===== INPUT =====

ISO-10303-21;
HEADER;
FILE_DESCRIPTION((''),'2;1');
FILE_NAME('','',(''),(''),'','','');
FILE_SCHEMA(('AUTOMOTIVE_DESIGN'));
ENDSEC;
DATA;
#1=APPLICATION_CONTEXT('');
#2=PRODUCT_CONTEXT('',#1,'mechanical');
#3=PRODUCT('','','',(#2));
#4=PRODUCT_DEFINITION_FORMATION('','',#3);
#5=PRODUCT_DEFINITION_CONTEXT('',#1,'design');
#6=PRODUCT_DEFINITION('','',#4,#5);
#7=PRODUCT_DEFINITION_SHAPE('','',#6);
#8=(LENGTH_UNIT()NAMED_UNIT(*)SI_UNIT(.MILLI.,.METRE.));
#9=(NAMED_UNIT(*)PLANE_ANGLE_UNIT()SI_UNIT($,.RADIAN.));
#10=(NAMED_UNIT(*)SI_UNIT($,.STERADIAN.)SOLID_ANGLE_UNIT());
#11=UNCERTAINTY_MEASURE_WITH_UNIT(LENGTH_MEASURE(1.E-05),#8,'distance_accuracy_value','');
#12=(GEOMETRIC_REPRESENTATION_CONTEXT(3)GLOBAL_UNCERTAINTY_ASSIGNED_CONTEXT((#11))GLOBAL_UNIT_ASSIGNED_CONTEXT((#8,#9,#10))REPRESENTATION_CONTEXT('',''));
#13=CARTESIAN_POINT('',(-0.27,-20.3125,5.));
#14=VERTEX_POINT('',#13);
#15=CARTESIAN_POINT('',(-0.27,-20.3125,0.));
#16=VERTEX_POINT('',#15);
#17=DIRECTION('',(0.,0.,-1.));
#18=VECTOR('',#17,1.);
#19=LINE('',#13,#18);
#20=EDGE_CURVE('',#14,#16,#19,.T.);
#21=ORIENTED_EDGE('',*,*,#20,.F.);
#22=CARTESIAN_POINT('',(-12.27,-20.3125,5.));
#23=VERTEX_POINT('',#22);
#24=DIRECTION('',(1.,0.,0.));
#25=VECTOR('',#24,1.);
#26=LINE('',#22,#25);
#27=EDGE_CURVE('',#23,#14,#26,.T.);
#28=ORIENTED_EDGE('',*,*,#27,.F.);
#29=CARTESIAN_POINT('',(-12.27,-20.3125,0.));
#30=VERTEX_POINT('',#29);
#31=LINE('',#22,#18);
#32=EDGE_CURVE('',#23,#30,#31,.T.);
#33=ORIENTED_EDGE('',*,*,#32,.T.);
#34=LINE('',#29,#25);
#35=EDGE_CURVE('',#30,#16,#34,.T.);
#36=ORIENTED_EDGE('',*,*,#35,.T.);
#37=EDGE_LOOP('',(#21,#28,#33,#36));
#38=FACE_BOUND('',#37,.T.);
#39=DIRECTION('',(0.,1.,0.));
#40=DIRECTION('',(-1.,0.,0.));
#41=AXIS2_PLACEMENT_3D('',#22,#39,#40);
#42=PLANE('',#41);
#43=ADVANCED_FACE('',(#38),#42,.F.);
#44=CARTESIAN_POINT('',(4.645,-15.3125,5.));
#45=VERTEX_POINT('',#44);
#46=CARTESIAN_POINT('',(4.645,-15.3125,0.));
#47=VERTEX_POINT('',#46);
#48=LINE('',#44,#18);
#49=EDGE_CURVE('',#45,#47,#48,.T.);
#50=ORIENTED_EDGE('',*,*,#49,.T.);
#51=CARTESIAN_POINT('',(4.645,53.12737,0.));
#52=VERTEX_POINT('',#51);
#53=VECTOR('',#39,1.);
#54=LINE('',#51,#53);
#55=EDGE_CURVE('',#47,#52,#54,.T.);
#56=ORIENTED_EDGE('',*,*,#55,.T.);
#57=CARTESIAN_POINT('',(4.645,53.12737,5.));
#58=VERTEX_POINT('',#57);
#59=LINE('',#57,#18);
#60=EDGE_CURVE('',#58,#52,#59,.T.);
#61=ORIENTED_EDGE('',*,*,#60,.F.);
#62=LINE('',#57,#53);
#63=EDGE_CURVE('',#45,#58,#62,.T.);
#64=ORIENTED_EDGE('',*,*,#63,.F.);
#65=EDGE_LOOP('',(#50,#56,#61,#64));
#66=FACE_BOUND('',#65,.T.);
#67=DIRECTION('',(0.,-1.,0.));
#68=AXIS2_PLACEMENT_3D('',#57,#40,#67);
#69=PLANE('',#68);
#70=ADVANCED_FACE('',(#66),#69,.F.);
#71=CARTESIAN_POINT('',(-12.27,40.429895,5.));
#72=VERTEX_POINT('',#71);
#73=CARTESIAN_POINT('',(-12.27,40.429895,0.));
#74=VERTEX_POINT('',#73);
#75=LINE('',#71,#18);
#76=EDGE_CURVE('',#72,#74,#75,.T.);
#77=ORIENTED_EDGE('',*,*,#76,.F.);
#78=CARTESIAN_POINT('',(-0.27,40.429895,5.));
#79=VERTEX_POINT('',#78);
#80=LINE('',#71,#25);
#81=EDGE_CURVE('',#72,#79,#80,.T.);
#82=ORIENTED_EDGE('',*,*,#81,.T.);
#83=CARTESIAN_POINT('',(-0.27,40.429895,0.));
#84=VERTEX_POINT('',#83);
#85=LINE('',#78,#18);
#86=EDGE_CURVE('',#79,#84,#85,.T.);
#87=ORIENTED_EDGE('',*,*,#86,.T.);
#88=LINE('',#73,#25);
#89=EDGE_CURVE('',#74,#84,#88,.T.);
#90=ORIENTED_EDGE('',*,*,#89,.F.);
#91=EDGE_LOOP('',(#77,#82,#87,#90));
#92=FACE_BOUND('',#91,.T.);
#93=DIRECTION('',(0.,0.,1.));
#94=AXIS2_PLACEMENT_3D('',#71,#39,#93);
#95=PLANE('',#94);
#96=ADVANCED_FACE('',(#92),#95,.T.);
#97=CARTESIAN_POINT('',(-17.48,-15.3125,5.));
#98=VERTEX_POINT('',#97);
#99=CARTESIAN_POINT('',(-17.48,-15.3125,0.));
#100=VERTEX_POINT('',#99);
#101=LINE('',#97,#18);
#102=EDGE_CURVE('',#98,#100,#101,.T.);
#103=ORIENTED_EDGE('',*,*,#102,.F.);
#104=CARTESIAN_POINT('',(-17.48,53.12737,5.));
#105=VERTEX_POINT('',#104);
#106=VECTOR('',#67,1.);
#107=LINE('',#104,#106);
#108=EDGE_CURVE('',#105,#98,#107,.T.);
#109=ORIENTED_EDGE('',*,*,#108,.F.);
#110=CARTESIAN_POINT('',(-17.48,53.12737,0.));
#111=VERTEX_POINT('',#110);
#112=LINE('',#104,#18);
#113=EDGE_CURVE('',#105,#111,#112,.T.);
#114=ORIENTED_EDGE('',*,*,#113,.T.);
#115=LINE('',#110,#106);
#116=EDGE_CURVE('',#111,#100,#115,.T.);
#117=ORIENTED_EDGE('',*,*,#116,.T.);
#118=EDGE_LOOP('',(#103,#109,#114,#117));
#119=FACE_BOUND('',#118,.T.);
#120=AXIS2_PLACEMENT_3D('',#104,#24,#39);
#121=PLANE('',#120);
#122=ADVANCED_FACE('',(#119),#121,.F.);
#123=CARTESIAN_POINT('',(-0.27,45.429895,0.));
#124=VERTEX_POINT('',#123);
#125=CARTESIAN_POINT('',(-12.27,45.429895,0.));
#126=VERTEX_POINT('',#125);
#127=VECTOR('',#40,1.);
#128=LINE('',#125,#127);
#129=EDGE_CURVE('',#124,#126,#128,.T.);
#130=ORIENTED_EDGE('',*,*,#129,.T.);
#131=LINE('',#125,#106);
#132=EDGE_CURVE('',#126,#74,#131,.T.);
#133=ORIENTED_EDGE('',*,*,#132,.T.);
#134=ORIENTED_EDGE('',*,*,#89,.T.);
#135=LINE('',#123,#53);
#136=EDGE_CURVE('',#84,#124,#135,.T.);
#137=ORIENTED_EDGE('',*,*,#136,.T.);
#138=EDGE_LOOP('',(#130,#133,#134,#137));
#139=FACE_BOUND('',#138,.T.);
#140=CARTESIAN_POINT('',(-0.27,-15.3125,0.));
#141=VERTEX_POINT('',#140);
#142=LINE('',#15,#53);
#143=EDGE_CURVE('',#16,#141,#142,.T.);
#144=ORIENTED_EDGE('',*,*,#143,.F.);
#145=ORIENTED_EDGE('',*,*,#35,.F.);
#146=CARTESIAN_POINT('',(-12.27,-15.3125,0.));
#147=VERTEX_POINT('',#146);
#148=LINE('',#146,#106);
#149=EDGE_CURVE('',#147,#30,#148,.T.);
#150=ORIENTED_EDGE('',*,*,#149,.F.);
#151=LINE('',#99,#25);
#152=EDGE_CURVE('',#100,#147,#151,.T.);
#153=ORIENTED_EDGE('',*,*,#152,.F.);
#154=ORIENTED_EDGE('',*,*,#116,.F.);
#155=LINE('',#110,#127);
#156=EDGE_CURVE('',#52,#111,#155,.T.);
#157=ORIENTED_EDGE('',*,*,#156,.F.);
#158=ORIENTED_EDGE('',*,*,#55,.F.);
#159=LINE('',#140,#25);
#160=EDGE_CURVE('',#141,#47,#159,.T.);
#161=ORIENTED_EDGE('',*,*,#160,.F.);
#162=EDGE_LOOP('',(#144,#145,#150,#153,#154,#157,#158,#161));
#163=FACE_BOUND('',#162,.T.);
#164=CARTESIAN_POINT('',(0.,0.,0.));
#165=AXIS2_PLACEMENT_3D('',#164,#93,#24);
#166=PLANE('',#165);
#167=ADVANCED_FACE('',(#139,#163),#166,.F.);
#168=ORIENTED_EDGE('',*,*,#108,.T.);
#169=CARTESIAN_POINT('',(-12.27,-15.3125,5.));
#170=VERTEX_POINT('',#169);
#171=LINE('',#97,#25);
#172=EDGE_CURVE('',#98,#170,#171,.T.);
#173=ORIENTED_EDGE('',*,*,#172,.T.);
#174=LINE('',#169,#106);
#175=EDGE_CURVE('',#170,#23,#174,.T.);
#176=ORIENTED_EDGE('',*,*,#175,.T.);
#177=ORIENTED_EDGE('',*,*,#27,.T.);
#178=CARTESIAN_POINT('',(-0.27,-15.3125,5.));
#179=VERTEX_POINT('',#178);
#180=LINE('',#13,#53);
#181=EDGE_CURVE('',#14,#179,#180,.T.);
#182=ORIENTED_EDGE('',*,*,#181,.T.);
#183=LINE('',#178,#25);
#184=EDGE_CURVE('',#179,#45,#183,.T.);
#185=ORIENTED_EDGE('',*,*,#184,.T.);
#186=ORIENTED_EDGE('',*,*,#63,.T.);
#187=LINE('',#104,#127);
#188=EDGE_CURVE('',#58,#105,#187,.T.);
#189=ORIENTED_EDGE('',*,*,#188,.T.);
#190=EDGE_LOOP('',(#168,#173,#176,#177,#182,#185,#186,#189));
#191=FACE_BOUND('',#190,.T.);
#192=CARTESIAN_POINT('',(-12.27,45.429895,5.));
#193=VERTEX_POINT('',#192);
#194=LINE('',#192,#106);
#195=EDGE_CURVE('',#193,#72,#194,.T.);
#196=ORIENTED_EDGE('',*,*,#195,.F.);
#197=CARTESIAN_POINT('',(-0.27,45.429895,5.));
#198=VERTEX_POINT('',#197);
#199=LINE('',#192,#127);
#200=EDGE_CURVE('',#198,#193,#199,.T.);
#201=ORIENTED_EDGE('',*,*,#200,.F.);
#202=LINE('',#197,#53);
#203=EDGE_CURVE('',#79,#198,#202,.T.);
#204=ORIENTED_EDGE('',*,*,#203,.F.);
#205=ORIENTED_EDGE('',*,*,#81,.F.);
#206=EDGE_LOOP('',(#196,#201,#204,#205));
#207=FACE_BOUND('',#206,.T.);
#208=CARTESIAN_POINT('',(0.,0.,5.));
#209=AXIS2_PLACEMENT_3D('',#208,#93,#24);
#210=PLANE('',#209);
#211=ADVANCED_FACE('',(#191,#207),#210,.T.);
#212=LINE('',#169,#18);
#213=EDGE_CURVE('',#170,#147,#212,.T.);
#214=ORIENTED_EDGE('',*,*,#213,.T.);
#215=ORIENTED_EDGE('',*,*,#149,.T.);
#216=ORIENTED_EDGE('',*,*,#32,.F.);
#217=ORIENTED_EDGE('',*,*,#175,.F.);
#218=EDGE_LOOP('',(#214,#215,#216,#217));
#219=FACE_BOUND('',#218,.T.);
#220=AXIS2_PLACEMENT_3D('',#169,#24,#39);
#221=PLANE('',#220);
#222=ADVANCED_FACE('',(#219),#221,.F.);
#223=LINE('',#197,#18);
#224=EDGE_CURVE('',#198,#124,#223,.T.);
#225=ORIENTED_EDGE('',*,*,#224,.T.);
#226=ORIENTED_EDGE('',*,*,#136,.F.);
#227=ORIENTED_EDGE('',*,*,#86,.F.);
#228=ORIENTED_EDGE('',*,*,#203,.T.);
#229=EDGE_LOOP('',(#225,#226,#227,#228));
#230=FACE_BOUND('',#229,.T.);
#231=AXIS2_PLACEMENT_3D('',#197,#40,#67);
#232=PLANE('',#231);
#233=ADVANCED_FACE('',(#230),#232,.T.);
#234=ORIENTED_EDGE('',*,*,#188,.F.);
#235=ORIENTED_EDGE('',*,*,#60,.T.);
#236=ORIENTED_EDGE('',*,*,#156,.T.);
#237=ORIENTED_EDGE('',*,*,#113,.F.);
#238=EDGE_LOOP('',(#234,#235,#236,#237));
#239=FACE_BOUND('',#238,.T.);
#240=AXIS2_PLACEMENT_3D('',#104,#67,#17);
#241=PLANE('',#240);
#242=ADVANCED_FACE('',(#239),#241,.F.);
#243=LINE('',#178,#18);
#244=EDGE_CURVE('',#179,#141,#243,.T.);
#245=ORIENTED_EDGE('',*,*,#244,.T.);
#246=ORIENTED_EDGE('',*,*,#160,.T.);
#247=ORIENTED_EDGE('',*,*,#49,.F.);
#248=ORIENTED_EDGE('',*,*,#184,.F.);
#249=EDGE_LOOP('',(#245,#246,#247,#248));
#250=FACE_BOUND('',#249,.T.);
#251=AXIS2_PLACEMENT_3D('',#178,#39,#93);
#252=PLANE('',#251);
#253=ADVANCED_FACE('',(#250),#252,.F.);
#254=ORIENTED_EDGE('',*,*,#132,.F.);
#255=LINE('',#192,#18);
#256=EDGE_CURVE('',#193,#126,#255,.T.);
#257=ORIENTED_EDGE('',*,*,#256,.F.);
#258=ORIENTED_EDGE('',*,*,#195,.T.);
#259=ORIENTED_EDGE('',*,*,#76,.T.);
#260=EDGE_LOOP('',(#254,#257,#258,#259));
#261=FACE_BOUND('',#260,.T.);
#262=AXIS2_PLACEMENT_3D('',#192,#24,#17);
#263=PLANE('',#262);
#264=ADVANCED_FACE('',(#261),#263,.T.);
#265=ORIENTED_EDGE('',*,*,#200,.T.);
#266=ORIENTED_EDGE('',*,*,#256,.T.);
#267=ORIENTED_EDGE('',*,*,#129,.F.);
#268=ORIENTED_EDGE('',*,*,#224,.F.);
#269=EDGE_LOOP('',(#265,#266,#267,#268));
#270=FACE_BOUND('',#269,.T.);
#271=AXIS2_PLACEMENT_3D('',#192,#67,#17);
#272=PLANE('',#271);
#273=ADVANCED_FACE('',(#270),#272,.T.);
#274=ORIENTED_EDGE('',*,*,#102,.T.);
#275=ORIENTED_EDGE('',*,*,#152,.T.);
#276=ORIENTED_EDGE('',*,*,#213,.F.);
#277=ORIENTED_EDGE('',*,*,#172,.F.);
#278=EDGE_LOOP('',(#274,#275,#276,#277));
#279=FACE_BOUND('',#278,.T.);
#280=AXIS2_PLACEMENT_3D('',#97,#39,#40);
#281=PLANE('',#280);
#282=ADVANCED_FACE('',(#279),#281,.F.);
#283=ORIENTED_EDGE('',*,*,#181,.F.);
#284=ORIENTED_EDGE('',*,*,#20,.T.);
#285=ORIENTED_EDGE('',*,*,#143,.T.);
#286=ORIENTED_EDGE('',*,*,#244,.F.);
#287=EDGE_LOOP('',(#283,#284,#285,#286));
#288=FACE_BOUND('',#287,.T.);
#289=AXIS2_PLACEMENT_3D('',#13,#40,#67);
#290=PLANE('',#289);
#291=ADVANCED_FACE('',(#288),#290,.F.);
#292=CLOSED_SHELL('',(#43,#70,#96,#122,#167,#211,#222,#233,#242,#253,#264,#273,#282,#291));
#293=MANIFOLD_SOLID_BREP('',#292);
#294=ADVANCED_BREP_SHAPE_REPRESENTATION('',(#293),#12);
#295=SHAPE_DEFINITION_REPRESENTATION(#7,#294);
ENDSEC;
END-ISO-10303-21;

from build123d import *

# Parameters (mm, degrees)
SKETCH1_W           = 12
SKETCH1_H           = 5
BOSS_EXTRUDE1_DEPTH = 5


with BuildPart() as part:
    # Sketch1 → Boss-Extrude1 (new body)
    with BuildSketch(Plane.XY):
        Polygon((-12.27, -15.3125), (-12.27, -20.3125), (-0.27, -20.3125), (-0.27, -15.3125), (4.645, -15.3125), (4.645, 53.127370428), (-17.48, 53.127370428), (-17.48, -15.3125), align=None)
        with Locations((-6.27, 42.929894728)):
            Rectangle(SKETCH1_W, SKETCH1_H, mode=Mode.SUBTRACT)
    extrude(amount=BOSS_EXTRUDE1_DEPTH)


solid = part.part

=====

#### WORK REQUEST
Could you report all lines of the listing that hold "VECTOR"?

#### PROBLEM SOLUTION
#18=VECTOR('',#17,1.);
#25=VECTOR('',#24,1.);
#53=VECTOR('',#39,1.);
#106=VECTOR('',#67,1.);
#127=VECTOR('',#40,1.);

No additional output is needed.